EXERCISE PROMPT:
Nothing but the lines from the start of the records below through the line that has "#5=PRODUCT_DEFINITION_CONTEXT('',#1,'design');" should appear, each exactly as given.

Stored data
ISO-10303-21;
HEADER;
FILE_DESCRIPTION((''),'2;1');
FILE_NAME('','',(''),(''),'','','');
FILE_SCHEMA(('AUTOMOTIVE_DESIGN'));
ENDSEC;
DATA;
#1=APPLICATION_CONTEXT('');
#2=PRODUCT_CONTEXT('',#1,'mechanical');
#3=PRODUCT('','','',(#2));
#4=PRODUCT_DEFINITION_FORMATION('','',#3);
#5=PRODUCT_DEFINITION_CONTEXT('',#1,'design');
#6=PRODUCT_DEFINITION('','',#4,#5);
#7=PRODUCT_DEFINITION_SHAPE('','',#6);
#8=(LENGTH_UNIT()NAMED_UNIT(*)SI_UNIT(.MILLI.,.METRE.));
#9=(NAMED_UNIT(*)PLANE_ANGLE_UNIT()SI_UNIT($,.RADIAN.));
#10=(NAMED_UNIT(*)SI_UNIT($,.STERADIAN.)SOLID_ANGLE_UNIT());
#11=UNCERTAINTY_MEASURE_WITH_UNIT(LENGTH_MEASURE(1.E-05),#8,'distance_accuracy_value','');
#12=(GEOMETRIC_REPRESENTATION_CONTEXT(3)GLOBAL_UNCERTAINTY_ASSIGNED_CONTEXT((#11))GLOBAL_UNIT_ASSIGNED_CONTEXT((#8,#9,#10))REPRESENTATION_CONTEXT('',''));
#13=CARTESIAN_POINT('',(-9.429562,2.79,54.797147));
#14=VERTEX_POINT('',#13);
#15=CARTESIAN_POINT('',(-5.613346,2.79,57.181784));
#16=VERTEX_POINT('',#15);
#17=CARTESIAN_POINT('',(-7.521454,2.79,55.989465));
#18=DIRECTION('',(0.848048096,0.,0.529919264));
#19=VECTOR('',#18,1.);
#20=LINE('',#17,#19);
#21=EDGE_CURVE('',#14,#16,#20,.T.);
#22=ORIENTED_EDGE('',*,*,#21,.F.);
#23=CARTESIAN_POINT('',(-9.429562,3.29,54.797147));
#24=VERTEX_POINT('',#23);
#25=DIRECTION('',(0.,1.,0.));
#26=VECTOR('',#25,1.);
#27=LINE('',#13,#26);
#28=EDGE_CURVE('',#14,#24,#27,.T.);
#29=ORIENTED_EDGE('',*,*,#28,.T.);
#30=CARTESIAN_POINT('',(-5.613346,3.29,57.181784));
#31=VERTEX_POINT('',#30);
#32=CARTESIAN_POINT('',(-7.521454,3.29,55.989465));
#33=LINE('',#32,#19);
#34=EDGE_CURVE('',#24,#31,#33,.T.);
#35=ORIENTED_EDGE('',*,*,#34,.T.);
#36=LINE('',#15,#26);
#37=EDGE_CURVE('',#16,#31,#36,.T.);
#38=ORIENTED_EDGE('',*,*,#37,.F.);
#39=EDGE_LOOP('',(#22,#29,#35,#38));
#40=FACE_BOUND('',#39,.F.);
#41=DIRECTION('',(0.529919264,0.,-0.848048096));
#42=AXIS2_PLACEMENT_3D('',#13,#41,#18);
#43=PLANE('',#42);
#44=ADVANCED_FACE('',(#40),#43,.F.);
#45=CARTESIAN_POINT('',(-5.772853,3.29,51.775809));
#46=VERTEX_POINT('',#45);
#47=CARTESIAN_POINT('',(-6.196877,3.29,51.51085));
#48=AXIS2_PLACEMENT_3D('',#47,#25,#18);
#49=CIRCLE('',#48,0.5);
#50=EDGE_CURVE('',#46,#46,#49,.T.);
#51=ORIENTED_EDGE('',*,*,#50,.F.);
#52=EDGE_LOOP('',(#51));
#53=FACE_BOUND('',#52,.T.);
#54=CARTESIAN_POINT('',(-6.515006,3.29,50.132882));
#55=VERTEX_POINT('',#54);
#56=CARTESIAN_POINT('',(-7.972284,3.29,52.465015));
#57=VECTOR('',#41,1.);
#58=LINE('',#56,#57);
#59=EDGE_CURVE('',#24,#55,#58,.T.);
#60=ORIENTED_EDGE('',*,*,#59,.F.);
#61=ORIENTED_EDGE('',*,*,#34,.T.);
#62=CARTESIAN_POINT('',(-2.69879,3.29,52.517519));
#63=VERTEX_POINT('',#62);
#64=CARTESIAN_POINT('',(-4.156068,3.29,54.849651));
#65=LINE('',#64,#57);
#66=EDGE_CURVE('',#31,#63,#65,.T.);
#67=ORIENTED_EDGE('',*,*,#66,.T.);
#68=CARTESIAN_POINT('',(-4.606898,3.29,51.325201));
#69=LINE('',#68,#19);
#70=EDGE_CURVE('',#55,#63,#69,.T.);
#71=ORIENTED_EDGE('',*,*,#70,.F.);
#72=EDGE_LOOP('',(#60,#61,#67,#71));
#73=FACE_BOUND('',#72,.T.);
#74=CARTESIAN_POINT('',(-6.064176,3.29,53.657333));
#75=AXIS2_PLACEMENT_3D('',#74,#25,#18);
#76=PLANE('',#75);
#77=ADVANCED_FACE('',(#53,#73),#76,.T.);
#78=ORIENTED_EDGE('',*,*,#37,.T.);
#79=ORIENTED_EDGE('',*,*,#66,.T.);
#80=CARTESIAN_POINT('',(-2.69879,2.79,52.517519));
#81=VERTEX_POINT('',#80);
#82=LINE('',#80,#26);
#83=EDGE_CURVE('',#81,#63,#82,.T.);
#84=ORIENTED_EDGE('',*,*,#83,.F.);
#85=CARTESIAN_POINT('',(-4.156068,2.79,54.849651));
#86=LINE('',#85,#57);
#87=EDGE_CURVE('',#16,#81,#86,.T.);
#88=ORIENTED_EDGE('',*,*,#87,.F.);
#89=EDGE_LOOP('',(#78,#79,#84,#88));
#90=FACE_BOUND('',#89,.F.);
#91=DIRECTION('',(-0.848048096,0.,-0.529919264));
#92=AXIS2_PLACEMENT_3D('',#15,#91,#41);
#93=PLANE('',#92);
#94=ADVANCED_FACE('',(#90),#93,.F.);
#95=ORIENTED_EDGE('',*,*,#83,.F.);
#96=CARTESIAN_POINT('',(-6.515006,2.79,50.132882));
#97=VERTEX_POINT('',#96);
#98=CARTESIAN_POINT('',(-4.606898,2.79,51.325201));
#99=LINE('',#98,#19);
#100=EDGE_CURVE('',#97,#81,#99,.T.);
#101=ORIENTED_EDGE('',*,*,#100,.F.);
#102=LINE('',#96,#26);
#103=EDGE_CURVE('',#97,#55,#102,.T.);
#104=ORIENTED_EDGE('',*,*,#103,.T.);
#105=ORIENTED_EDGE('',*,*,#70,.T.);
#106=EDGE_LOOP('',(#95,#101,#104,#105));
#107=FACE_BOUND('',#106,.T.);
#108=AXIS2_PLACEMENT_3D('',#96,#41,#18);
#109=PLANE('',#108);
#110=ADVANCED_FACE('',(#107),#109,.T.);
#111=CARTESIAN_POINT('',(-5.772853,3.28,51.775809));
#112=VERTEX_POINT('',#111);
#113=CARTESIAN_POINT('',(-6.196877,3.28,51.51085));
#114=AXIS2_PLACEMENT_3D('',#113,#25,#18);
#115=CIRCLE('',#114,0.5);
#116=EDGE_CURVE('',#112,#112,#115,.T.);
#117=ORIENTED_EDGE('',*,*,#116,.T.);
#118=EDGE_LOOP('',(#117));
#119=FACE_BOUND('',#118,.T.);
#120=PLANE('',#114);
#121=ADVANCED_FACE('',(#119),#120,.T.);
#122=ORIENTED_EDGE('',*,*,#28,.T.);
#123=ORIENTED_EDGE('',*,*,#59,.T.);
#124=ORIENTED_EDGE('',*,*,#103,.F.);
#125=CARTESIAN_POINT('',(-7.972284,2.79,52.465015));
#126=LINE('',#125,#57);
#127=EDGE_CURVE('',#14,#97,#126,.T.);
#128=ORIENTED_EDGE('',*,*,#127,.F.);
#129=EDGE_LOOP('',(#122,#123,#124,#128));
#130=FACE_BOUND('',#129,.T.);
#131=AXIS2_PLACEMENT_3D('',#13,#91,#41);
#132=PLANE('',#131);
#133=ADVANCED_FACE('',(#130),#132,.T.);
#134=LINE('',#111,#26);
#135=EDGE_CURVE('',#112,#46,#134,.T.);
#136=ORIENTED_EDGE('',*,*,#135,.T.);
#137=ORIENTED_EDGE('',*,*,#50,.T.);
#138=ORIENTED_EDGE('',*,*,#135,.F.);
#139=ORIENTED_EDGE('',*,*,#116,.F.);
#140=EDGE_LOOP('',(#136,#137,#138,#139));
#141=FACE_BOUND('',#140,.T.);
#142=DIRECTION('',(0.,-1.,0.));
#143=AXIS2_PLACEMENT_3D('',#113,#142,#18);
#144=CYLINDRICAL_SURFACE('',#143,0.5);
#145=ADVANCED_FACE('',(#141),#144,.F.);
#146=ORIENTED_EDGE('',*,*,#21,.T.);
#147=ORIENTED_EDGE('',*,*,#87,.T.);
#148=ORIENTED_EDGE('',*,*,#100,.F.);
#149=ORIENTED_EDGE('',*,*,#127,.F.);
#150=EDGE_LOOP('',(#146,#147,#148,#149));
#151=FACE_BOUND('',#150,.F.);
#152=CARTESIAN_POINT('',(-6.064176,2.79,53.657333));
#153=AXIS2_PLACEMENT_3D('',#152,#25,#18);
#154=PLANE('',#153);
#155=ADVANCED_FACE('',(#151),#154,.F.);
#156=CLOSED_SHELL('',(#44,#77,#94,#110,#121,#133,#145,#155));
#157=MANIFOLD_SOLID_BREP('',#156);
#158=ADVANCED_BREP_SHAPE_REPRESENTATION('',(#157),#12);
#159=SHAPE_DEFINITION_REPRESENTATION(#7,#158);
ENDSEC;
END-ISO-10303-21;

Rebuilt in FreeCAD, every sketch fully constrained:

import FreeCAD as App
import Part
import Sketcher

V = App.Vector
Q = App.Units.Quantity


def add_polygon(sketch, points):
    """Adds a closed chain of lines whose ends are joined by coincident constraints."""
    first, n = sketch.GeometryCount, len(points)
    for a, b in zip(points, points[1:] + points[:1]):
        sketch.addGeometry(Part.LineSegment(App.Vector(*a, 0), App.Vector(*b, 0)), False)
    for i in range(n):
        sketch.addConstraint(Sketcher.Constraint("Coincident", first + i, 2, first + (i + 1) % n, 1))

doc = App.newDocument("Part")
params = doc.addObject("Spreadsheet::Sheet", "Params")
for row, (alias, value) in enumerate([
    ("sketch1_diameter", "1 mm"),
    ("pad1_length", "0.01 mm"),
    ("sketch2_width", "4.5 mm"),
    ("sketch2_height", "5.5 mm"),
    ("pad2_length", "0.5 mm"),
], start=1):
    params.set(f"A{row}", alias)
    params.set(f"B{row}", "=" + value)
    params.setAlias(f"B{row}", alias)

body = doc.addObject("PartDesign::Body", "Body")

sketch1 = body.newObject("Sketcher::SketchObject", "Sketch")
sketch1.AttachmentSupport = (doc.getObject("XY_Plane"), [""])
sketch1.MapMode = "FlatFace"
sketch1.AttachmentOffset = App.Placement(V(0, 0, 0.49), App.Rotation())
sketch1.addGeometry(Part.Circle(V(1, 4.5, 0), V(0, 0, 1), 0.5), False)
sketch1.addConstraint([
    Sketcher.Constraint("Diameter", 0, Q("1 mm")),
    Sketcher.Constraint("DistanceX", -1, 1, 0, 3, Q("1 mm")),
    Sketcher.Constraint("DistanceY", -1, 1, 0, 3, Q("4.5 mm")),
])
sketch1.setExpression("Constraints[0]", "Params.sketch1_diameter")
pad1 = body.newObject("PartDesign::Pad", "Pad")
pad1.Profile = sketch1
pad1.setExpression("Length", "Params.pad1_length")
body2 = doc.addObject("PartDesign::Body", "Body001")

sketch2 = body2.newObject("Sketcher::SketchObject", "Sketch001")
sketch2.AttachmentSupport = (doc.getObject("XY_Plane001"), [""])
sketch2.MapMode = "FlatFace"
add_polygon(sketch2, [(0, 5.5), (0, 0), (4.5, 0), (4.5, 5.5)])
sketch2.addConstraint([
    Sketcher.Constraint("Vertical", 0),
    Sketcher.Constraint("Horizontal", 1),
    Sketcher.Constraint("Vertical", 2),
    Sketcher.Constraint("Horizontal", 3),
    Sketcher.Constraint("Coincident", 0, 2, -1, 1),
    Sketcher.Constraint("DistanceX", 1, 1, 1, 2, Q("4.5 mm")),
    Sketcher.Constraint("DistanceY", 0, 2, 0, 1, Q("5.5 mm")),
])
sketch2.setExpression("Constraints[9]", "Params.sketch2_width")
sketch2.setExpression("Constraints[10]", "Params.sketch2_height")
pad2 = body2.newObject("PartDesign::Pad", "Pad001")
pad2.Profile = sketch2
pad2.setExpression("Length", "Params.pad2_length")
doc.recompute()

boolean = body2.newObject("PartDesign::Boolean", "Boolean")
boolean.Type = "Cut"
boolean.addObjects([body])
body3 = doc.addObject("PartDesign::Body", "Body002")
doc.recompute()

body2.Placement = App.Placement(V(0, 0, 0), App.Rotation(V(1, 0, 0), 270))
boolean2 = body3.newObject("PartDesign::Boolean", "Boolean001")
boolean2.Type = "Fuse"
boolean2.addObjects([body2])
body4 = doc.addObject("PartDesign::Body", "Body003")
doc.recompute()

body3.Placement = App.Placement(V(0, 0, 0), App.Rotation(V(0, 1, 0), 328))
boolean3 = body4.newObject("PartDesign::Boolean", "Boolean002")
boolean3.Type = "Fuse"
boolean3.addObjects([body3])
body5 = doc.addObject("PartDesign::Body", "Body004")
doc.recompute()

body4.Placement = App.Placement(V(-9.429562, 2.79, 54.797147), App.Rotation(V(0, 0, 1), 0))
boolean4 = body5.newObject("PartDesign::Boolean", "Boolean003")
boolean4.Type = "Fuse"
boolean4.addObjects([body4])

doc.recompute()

RESULT BELOW:
ISO-10303-21;
HEADER;
FILE_DESCRIPTION((''),'2;1');
FILE_NAME('','',(''),(''),'','','');
FILE_SCHEMA(('AUTOMOTIVE_DESIGN'));
ENDSEC;
DATA;
#1=APPLICATION_CONTEXT('');
#2=PRODUCT_CONTEXT('',#1,'mechanical');
#3=PRODUCT('','','',(#2));
#4=PRODUCT_DEFINITION_FORMATION('','',#3);
#5=PRODUCT_DEFINITION_CONTEXT('',#1,'design');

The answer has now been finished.